►

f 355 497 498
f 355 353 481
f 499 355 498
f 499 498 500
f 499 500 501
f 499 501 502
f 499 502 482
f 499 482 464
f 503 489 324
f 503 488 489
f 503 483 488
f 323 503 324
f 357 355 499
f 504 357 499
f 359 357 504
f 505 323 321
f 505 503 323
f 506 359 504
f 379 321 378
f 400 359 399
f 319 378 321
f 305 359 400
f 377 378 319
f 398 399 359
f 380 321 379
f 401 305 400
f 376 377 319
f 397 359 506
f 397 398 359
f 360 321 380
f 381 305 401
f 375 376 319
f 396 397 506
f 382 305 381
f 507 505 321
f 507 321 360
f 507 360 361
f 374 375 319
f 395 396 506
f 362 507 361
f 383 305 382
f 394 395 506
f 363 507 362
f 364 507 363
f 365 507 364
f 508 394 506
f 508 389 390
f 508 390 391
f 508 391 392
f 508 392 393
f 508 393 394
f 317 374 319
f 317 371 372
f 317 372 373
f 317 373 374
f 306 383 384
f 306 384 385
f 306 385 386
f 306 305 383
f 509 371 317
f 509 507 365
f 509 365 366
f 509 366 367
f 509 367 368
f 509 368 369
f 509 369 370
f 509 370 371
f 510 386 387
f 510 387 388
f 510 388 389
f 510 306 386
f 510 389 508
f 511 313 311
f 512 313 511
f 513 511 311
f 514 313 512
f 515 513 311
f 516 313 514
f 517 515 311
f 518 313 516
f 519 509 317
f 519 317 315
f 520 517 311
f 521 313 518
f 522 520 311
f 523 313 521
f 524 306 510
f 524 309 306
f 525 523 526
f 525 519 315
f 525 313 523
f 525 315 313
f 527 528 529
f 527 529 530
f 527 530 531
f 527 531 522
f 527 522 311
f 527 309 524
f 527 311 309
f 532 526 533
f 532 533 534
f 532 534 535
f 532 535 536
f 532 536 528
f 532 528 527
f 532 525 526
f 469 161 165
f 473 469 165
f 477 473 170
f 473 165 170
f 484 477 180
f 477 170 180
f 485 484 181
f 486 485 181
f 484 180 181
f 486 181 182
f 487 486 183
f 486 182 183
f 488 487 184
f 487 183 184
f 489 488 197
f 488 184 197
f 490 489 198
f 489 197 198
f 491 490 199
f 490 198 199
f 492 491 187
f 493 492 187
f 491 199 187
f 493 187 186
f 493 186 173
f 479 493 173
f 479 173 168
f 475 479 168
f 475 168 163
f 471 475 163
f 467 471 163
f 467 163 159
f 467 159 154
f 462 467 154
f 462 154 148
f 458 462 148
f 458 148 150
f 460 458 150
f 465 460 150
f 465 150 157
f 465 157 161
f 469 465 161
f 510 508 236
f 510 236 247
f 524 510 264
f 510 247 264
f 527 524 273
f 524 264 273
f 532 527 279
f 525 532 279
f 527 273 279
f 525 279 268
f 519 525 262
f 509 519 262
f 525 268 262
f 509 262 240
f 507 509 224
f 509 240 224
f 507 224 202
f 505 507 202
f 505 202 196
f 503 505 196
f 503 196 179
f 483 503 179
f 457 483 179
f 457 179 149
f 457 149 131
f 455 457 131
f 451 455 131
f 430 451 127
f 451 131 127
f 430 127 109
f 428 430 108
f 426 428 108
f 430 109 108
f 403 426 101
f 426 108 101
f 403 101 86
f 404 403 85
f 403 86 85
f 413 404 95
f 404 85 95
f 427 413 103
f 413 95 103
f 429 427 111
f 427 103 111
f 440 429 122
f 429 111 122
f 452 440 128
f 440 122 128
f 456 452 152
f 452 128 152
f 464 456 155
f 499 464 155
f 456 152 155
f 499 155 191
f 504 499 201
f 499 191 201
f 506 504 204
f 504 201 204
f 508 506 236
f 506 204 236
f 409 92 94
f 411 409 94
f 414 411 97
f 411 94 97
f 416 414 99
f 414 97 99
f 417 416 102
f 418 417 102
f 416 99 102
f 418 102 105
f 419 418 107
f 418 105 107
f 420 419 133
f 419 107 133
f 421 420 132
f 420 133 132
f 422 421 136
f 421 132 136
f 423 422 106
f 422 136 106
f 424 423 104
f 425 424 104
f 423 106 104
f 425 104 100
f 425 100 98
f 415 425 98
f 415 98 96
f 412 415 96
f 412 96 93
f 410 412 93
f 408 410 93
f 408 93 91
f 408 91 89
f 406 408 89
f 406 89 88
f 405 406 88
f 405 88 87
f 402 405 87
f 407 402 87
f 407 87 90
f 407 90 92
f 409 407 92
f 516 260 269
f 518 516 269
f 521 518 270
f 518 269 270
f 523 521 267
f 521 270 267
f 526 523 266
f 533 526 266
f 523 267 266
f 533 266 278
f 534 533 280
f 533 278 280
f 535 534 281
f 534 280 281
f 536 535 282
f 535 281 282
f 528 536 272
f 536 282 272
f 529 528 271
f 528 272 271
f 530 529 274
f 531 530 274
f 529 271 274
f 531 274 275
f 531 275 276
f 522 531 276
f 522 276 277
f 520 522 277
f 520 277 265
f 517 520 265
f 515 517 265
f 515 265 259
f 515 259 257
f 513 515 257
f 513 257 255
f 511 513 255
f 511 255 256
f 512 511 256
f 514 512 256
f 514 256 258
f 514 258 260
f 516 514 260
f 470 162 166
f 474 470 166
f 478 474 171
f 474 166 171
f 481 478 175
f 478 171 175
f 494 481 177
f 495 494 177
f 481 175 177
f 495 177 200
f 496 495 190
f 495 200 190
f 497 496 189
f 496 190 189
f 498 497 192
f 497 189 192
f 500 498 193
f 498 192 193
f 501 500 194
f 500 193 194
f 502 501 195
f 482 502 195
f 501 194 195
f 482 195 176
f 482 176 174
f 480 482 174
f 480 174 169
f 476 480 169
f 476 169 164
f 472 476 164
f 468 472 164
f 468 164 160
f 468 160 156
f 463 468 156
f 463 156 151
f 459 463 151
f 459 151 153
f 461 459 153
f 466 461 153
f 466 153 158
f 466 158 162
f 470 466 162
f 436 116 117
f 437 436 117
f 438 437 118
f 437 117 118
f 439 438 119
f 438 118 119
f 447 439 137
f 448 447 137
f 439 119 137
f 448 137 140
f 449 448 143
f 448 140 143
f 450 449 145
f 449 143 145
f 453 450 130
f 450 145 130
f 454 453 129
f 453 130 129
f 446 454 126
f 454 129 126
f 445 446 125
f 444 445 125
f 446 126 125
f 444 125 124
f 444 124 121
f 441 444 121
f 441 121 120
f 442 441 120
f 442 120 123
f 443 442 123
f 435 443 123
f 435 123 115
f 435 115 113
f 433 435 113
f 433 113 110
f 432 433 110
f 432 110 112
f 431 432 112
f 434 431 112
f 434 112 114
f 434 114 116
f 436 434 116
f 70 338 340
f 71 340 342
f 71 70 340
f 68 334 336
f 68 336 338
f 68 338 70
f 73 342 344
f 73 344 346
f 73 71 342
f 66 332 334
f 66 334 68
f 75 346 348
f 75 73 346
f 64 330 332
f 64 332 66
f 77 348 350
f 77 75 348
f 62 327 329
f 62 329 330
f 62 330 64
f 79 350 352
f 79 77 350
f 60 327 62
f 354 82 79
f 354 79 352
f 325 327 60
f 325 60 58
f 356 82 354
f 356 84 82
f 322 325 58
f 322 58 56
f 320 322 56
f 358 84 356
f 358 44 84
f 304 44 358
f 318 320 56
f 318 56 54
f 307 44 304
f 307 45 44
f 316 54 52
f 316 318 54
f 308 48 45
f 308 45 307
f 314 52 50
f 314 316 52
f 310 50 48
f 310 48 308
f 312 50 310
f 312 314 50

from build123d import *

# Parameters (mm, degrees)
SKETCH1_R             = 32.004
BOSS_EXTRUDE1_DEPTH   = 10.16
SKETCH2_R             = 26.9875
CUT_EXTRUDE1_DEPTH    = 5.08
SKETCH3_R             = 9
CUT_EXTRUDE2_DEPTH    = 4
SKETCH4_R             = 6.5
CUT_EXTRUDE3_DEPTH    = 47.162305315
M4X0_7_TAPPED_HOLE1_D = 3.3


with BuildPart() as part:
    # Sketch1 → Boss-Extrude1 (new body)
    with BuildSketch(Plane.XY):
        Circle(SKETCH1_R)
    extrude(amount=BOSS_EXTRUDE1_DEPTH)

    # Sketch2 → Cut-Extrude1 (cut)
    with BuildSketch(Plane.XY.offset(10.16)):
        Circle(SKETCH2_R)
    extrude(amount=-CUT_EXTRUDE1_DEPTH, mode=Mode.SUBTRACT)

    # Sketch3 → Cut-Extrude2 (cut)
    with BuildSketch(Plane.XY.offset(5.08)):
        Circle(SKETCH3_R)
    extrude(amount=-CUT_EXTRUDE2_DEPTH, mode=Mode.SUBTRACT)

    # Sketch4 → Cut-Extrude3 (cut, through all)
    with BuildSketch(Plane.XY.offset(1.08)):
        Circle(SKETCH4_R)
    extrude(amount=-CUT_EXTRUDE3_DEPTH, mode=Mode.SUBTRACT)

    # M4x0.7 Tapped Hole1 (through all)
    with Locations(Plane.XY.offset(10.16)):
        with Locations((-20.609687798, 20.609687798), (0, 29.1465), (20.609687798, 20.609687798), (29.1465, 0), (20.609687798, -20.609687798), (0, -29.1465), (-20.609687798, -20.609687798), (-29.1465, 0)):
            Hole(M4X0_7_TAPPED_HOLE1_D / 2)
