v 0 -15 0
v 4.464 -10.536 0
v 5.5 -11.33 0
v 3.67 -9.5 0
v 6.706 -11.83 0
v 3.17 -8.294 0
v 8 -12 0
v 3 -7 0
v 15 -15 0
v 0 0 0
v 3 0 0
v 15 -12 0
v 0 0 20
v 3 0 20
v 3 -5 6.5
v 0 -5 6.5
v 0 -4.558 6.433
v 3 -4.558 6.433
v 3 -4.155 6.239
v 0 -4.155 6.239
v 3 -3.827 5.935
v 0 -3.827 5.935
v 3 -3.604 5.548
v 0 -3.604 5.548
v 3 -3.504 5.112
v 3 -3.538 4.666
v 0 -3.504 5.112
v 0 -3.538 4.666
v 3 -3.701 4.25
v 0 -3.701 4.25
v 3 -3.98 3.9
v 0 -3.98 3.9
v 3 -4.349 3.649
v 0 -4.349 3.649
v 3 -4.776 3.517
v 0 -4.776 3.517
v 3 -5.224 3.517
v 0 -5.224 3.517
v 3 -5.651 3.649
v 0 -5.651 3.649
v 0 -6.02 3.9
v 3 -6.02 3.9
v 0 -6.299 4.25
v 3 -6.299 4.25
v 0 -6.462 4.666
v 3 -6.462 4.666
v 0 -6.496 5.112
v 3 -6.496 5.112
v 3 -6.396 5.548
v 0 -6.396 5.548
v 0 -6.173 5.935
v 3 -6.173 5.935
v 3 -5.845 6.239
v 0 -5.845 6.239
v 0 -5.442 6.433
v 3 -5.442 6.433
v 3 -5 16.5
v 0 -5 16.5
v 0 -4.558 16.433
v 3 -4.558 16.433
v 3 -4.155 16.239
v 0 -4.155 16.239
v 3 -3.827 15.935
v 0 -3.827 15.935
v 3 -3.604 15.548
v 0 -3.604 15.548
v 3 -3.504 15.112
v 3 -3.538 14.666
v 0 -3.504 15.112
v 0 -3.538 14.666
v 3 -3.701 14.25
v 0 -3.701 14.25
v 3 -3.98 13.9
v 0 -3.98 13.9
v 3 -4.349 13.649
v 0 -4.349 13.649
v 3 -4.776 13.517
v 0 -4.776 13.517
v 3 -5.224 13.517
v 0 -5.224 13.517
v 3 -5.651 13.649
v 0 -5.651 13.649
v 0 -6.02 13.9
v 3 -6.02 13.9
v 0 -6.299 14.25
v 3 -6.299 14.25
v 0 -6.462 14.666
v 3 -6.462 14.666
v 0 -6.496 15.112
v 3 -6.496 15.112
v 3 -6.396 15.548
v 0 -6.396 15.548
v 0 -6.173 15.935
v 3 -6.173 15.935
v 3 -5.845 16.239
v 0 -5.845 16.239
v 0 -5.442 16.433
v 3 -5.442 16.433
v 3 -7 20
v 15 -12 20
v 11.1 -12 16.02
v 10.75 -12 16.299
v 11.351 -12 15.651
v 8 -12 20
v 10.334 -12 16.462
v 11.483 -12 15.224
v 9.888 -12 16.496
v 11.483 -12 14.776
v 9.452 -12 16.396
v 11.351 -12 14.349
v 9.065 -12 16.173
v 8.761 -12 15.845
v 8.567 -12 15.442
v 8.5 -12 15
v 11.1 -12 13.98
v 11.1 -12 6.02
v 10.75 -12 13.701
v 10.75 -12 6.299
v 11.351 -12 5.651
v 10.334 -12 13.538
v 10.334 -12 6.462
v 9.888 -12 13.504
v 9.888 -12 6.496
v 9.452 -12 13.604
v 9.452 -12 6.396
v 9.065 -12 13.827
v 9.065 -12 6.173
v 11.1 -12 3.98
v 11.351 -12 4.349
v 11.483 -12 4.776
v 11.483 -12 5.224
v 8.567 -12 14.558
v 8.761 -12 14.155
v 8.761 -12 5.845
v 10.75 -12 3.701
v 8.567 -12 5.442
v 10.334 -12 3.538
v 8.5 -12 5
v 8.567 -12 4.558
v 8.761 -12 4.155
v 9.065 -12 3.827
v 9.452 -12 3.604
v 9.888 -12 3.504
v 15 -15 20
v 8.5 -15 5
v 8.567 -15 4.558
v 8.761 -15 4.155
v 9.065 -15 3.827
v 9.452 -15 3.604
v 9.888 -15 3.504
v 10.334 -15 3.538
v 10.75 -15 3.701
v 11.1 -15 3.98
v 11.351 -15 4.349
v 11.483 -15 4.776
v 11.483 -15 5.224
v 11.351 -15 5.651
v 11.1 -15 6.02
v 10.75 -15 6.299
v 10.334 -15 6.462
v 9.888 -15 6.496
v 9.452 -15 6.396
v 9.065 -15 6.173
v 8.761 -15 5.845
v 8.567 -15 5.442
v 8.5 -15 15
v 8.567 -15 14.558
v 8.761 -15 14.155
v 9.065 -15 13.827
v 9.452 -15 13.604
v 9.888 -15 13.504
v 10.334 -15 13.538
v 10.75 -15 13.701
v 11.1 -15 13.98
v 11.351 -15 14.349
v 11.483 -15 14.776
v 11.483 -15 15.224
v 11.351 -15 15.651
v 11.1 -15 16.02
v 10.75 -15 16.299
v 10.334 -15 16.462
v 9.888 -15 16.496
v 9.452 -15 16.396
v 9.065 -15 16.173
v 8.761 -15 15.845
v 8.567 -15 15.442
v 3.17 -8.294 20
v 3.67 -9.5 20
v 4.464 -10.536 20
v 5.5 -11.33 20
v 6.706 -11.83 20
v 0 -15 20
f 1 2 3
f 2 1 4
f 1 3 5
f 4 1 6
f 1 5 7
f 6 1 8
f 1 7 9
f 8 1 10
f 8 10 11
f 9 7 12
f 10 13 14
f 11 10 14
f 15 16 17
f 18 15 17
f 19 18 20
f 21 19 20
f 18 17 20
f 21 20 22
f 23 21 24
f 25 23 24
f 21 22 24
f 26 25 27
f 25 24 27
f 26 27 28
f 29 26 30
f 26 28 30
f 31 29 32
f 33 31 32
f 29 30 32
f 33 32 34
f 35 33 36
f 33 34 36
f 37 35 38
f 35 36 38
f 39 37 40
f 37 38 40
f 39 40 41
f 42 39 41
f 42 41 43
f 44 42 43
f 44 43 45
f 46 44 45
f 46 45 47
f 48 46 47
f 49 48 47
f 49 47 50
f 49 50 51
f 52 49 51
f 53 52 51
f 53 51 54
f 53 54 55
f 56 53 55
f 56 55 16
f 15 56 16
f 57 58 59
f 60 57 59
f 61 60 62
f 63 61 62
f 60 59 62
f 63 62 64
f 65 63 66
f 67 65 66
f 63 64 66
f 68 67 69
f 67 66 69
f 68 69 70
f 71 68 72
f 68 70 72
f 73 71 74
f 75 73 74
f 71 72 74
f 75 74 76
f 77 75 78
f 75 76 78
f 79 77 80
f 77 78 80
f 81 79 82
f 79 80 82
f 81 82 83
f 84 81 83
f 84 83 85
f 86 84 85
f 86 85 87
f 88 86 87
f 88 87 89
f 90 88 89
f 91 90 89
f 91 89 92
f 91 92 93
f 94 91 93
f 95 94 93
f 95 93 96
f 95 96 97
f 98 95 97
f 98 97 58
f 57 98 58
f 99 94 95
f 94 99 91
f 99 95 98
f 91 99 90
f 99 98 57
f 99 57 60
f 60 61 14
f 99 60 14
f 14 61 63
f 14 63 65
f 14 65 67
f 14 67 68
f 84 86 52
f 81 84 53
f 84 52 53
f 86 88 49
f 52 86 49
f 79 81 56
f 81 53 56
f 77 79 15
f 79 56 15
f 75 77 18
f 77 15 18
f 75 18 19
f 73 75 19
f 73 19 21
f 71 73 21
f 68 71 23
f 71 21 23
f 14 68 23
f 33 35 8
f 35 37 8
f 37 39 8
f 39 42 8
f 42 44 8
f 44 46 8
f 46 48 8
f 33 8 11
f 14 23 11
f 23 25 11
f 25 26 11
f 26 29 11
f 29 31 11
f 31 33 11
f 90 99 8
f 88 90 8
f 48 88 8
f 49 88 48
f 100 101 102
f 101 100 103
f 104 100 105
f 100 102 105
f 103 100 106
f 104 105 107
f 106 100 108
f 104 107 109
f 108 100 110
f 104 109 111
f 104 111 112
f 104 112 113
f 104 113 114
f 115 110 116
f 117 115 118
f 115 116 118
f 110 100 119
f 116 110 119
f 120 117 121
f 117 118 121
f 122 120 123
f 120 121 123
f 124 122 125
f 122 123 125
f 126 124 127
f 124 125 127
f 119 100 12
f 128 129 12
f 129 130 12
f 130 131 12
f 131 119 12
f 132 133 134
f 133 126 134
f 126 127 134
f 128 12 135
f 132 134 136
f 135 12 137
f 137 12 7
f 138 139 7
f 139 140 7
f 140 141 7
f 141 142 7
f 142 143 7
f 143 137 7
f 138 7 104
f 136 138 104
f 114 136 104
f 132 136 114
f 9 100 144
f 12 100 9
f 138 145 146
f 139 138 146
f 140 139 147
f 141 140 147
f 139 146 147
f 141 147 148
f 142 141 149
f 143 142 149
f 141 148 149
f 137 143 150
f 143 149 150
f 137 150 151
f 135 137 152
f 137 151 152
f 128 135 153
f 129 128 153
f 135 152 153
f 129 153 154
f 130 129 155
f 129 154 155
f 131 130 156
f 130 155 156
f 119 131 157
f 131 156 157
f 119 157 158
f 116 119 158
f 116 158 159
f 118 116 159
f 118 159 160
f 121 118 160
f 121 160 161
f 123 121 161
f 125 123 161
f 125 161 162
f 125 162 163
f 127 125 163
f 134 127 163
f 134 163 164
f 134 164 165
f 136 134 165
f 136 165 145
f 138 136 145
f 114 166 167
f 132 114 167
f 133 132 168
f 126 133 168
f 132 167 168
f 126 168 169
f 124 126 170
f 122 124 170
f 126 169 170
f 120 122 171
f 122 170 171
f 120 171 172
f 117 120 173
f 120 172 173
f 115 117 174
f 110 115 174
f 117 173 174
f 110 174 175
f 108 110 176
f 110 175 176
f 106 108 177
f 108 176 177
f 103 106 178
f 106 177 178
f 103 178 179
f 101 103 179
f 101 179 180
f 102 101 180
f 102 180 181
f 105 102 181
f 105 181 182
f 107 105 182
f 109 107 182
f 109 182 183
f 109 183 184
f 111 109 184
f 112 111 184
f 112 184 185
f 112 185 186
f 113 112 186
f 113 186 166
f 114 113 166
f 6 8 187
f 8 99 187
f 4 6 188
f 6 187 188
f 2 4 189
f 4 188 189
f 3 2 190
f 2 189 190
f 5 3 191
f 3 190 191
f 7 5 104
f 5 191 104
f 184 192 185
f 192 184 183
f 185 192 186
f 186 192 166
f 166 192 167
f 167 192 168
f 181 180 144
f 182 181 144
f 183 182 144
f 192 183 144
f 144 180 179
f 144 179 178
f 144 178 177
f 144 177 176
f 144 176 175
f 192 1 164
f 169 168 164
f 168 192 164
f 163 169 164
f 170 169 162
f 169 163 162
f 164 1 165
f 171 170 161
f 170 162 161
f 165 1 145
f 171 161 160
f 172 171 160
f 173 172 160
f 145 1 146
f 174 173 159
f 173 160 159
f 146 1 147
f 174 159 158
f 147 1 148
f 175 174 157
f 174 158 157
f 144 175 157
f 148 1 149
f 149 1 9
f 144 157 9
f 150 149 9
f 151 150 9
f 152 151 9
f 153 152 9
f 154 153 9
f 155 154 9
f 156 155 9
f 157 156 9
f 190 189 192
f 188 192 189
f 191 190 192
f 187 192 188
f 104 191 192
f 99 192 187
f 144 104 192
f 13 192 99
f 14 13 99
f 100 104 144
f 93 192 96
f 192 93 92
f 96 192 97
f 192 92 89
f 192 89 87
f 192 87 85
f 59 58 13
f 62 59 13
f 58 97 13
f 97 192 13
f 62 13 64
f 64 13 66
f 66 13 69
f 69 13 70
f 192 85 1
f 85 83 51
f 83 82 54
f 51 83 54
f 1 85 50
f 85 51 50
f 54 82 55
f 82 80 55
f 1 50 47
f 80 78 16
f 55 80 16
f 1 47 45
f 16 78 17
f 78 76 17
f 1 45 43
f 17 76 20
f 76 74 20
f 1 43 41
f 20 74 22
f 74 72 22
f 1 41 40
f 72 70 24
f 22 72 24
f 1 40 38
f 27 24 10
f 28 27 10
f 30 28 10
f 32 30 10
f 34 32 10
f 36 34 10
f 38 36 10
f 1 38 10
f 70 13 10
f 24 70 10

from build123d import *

# Parameters (mm, degrees)
SKETCH_1_W            = 15
SKETCH_1_H            = 20
EXTRUDE_1_DEPTH       = 15
SKETCH_2_W            = 12
SKETCH_2_H            = 12
CUT_EXTRUDE_1_DEPTH   = 30.154759474
HOLE_WIZARD_3_0_3_1_D = 3
HOLE_WIZARD_3_0_3_2_D = 3
FILLET_1_R            = 5


with BuildPart() as part:
    # 草图1 → 凸台-拉伸1 (new body)
    with BuildSketch(Plane(origin=(0, 0, 0), x_dir=(1, 0, 0), z_dir=(0, 1, 0))):
        with Locations((7.5, -10)):
            Rectangle(SKETCH_1_W, SKETCH_1_H)
    extrude(amount=-EXTRUDE_1_DEPTH)

    # 草图2 → 切除-拉伸1 (cut, through all)
    with BuildSketch(Plane(origin=(0, 0, 0), x_dir=(-1, 0, 0), z_dir=(0, 0, -1))):
        with Locations((-9, -6)):
            Rectangle(SKETCH_2_W, SKETCH_2_H)
    extrude(amount=-CUT_EXTRUDE_1_DEPTH, mode=Mode.SUBTRACT)

    # Ø3.0 (3) 直径孔1 (through all)
    with Locations(Plane(origin=(3, 0, 0), x_dir=(0, 0, -1), z_dir=(1, 0, 0))):
        with Locations((-5, -5), (-15, -5)):
            Hole(HOLE_WIZARD_3_0_3_1_D / 2)

    # Ø3.0 (3) 直径孔2 (through all)
    with Locations(Plane(origin=(0, -12, 0), x_dir=(1, 0, 0), z_dir=(0, 1, 0))):
        with Locations((10, -5), (10, -15)):
            Hole(HOLE_WIZARD_3_0_3_2_D / 2)

    # 圆角1
    fillet_1_edges = [part.edges().sort_by_distance(p)[0] for p in [
        (3, -12, 10),
    ]]
    fillet(fillet_1_edges, radius=FILLET_1_R)


solid = part.part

◄

Task objective
Your output must be the lines of the material above, from the first through the line that contains "f 510 387 388", copied exactly. Include both endpoints and nothing else.

Task response
f 355 497 498
f 355 353 481
f 499 355 498
f 499 498 500
f 499 500 501
f 499 501 502
f 499 502 482
f 499 482 464
f 503 489 324
f 503 488 489
f 503 483 488
f 323 503 324
f 357 355 499
f 504 357 499
f 359 357 504
f 505 323 321
f 505 503 323
f 506 359 504
f 379 321 378
f 400 359 399
f 319 378 321
f 305 359 400
f 377 378 319
f 398 399 359
f 380 321 379
f 401 305 400
f 376 377 319
f 397 359 506
f 397 398 359
f 360 321 380
f 381 305 401
f 375 376 319
f 396 397 506
f 382 305 381
f 507 505 321
f 507 321 360
f 507 360 361
f 374 375 319
f 395 396 506
f 362 507 361
f 383 305 382
f 394 395 506
f 363 507 362
f 364 507 363
f 365 507 364
f 508 394 506
f 508 389 390
f 508 390 391
f 508 391 392
f 508 392 393
f 508 393 394
f 317 374 319
f 317 371 372
f 317 372 373
f 317 373 374
f 306 383 384
f 306 384 385
f 306 385 386
f 306 305 383
f 509 371 317
f 509 507 365
f 509 365 366
f 509 366 367
f 509 367 368
f 509 368 369
f 509 369 370
f 509 370 371
f 510 386 387
f 510 387 388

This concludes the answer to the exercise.